Bruce Cree, MD: Before we talk about medications, I want to dig a little bit deeper into SPMS [secondary progressive multiple sclerosis] and some of the work that’s being done in terms of further characterizing it. I’m going to ask Fred to comment on this because this is some of his seminal work in trying to understand the relationship between disease activity and progression, and the utility of providing further classifications. Fred, do you want to take this one?
Fred D. Lublin, MD: Let’s look at the disease courses that Joe outlined earlier, which we published in I believe 1996. We looked at them again in 2012 or 2013 to see if they needed to be updated. We decided that the courses had served us well in the clinic, in clinical trials, and the regulators had used them and used them well. But we thought there were some changes that we needed to make.

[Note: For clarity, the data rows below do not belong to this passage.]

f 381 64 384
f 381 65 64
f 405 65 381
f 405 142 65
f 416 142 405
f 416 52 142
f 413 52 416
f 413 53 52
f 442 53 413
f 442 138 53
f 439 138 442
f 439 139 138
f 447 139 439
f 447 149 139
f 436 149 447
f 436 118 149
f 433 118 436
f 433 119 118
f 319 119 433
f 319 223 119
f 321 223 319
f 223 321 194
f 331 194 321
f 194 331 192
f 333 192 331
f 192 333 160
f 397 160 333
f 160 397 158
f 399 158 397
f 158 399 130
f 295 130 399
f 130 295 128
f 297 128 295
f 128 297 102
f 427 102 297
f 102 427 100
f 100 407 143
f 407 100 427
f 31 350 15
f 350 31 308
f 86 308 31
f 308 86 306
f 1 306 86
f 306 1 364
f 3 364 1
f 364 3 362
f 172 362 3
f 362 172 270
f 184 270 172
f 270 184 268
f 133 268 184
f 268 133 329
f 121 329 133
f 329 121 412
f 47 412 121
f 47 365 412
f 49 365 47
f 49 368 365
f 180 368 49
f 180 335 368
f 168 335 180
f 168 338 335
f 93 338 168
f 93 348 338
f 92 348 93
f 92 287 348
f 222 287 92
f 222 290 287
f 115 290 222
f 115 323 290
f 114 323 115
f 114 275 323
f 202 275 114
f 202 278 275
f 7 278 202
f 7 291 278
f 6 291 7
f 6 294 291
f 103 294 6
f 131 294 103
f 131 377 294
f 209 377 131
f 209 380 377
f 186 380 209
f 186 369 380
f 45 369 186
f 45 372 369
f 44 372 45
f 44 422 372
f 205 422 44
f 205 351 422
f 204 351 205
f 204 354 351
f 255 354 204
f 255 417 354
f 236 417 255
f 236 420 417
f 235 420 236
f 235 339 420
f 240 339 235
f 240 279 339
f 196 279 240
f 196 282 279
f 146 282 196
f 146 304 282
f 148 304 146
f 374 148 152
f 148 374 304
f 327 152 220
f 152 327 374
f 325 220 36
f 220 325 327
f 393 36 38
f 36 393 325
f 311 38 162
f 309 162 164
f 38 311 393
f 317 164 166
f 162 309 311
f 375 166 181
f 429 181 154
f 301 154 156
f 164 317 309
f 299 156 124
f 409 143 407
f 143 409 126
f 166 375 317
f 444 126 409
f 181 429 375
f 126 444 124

One was that we wanted to have a way of assessing, in a dynamic way, where someone was at any given point. To do that, we added 2 subclasses, modifiers, on the courses. One was whether they were active or not active; because once you diagnose someone as having MS [multiple sclerosis], they have it for the rest of their lives until somebody takes the diagnosis away.
When you say someone has relapsing-remitting MS, they have it unless something changes. But over the years, especially with treated patients, you want to know how they’re doing. This is important for figuring out what you’re going to do with them—maintain a therapy, stop a therapy, or change a therapy.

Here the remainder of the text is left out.